Мужик взял в руки топор, не торопясь подошел к месту, где звено плотно
было связано с другим звеном, и, несколько раз стукнув топором, воротился к
Фоме.
-- Я, ваше степенство, не в ответе, -- сказал он.
-- Не бойся...
-- Поехали!.. -- прошептал мужик со страхом и торопливо перекрестился.
А Фома, тихонько посмеиваясь, испытывал жуткое чувство, остро и жгуче
щекотавшее ему сердце какой-то странной, приятной и сладкой боязнью.
Люди на плоту все еще расхаживали, двигаясь медленно, сталкиваясь друг
с другом, помогая одеваться дамам, смеясь и разговаривая, а плот тихонько,
нерешительно повертывался на воде.
-- Ежели их на караван снесет, -- шептал мужик, -- на пыжи ткнутся --
разобьет в дрызг...
-- Молчи... Лодку подашь, догонишь...
-- Вот!.. Все-таки люди.
Довольный, усмехаясь, мужик прыжками бросился по плотам к берегу.

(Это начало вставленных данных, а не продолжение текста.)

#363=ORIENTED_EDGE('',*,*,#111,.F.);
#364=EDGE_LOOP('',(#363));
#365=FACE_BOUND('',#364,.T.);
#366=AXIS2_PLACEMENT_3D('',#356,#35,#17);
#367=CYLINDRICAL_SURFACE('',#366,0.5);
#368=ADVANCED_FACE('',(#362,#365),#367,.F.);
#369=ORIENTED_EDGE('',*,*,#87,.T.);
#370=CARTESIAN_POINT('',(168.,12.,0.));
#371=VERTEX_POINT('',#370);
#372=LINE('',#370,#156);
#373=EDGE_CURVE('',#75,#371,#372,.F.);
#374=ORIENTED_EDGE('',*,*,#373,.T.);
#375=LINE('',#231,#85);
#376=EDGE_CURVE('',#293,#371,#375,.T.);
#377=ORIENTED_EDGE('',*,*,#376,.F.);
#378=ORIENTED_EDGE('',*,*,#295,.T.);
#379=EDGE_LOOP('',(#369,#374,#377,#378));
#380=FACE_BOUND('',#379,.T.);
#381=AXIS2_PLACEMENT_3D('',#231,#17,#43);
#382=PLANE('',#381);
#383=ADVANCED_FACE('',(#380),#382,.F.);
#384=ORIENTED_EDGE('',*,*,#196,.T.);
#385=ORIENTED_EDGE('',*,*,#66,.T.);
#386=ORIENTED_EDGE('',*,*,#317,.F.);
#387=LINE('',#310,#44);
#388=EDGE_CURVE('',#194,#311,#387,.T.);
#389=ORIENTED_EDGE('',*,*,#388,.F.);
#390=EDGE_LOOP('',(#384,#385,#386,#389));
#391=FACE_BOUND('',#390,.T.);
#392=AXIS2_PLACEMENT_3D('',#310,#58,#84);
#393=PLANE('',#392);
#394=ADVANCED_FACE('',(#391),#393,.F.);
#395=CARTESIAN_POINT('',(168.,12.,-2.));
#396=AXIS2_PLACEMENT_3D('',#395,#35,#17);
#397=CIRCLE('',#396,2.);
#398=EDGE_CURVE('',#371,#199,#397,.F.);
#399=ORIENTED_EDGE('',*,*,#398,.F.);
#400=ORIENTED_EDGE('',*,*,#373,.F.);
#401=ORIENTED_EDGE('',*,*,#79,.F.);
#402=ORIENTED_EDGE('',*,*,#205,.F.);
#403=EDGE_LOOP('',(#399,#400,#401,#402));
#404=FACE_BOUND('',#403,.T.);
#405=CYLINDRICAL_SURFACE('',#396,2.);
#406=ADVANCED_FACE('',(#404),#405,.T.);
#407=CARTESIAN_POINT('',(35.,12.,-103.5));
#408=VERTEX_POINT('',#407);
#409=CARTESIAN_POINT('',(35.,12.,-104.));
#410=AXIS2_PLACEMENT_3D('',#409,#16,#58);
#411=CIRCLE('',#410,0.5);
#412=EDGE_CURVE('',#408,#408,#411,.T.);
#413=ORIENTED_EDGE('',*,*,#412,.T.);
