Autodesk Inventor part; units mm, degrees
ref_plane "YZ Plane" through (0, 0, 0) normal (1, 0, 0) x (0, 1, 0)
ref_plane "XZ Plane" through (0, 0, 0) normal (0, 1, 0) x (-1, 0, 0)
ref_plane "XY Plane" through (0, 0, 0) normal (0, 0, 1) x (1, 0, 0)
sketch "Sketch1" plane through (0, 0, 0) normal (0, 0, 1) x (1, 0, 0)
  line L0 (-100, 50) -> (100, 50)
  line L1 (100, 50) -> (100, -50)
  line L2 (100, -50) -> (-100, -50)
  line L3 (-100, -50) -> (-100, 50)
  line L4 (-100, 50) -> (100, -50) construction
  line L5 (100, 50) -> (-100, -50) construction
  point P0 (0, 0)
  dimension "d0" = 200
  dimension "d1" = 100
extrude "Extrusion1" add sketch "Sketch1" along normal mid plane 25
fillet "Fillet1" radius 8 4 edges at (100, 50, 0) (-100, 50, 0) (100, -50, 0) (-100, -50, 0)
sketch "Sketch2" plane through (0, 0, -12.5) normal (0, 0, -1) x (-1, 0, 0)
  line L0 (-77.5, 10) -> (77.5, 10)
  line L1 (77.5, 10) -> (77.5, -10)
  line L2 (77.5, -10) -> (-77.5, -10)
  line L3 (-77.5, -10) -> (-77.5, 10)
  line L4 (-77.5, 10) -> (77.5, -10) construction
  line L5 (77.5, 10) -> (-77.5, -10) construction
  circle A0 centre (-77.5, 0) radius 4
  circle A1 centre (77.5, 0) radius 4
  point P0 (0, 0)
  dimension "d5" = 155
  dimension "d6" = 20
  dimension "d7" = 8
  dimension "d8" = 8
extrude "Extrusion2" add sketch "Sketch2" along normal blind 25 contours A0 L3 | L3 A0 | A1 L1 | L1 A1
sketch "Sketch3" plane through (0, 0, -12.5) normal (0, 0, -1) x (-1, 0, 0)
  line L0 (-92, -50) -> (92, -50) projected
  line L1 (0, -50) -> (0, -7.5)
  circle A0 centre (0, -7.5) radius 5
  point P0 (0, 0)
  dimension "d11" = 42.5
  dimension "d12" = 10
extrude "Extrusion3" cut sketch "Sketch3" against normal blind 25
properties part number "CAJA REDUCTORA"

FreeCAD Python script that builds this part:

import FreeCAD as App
import Part
import Sketcher


def edges_at(feature, points):
    """Names of the edges that pass closest to the given points."""
    edges = feature.Shape.Edges
    near = lambda p: min(range(len(edges)), key=lambda i: edges[i].distToShape(Part.Vertex(*p))[0])
    return sorted({f"Edge{near(p) + 1}" for p in points})


def add_polygon(sketch, points):
    """Adds a closed chain of lines whose ends are joined by coincident constraints."""
    first, n = sketch.GeometryCount, len(points)
    for a, b in zip(points, points[1:] + points[:1]):
        sketch.addGeometry(Part.LineSegment(App.Vector(*a, 0), App.Vector(*b, 0)), False)
    for i in range(n):
        sketch.addConstraint(Sketcher.Constraint("Coincident", first + i, 2, first + (i + 1) % n, 1))

doc = App.newDocument("Part")
body = doc.addObject("PartDesign::Body", "Body")

sketch1 = body.newObject("Sketcher::SketchObject", "Sketch")
sketch1.AttachmentSupport = (doc.getObject("XY_Plane"), [""])
sketch1.MapMode = "FlatFace"
add_polygon(sketch1, [(100, 50), (-100, 50), (-100, -50), (100, -50)])
sketch1.addConstraint([
    Sketcher.Constraint("Horizontal", 0),
    Sketcher.Constraint("Vertical", 1),
    Sketcher.Constraint("Horizontal", 2),
    Sketcher.Constraint("Vertical", 3),
    Sketcher.Constraint("Symmetric", 0, 2, 2, 2, -1, 1),
    Sketcher.Constraint("DistanceX", 0, 2, 0, 1, 200.0),
    Sketcher.Constraint("DistanceY", 1, 2, 1, 1, 100.0),
])
pad1 = body.newObject("PartDesign::Pad", "Pad")
pad1.Profile = sketch1
pad1.Length = 25
pad1.Midplane = True
doc.recompute()

fillet = body.newObject("PartDesign::Fillet", "Fillet")
fillet.Base = (pad1, edges_at(pad1, [
    (100, 50, 0),
    (-100, 50, 0),
    (100, -50, 0),
    (-100, -50, 0),
]))
fillet.Radius = 8

sketch2 = body.newObject("Sketcher::SketchObject", "Sketch001")
sketch2.AttachmentSupport = (doc.getObject("XY_Plane"), [""])
sketch2.MapMode = "FlatFace"
sketch2.AttachmentOffset = App.Placement(App.Vector(0, 0, -12.5), App.Rotation())
sketch2.addGeometry([
    Part.Circle(App.Vector(77.5, 0, 0), App.Vector(0, 0, 1), 4),
    Part.Circle(App.Vector(-77.5, 0, 0), App.Vector(0, 0, 1), 4),
], False)
sketch2.addConstraint([
    Sketcher.Constraint("Equal", 0, 1),
    Sketcher.Constraint("Symmetric", 0, 3, 1, 3, -1, 1),
    Sketcher.Constraint("PointOnObject", 0, 3, -1),
    Sketcher.Constraint("Diameter", 0, 8.0),
    Sketcher.Constraint("DistanceX", 1, 3, 0, 3, 155.0),
])
pad2 = body.newObject("PartDesign::Pad", "Pad001")
pad2.Profile = sketch2
pad2.Length = 25
pad2.Reversed = True

sketch3 = body.newObject("Sketcher::SketchObject", "Sketch002")
sketch3.AttachmentSupport = (doc.getObject("XY_Plane"), [""])
sketch3.MapMode = "FlatFace"
sketch3.AttachmentOffset = App.Placement(App.Vector(0, 0, -12.5), App.Rotation())
sketch3.addGeometry(Part.Circle(App.Vector(0, -8, 0), App.Vector(0, 0, 1), 5), False)
sketch3.addConstraint([
    Sketcher.Constraint("PointOnObject", 0, 3, -2),
    Sketcher.Constraint("Diameter", 0, 10.0),
    Sketcher.Constraint("DistanceY", 0, 3, -1, 1, 7.5),
])
pocket1 = body.newObject("PartDesign::Pocket", "Pocket")
pocket1.Profile = sketch3
pocket1.Length = 25
pocket1.Reversed = True

doc.recompute()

Фома
стоял над водой, и ему страстно хотелось крикнуть что-нибудь, но он
удерживался, желая, чтобы плот отплыл подальше и эти пьяные люди не могли
перепрыгнуть с него на причаленные звенья. Он ощущал приятное, ласкавшее его
чувство, видя, как плот тихо колеблется на воде и уходит от него с каждой
секундой все дальше. Вместе с людьми на плоту из груди его как бы уплывало
все тяжелое и темное, чем он наполнил ее за это время. Он вдыхал свежий
воздух и вместе с ним что-то здоровое, отрезвляющее его голову. На самом
краю уплывавшего плота стояла спиной к Фоме Саша; он смотрел на ее красивую
фигуру и невольно вспоминал о Медынской. Та была меньше ростом...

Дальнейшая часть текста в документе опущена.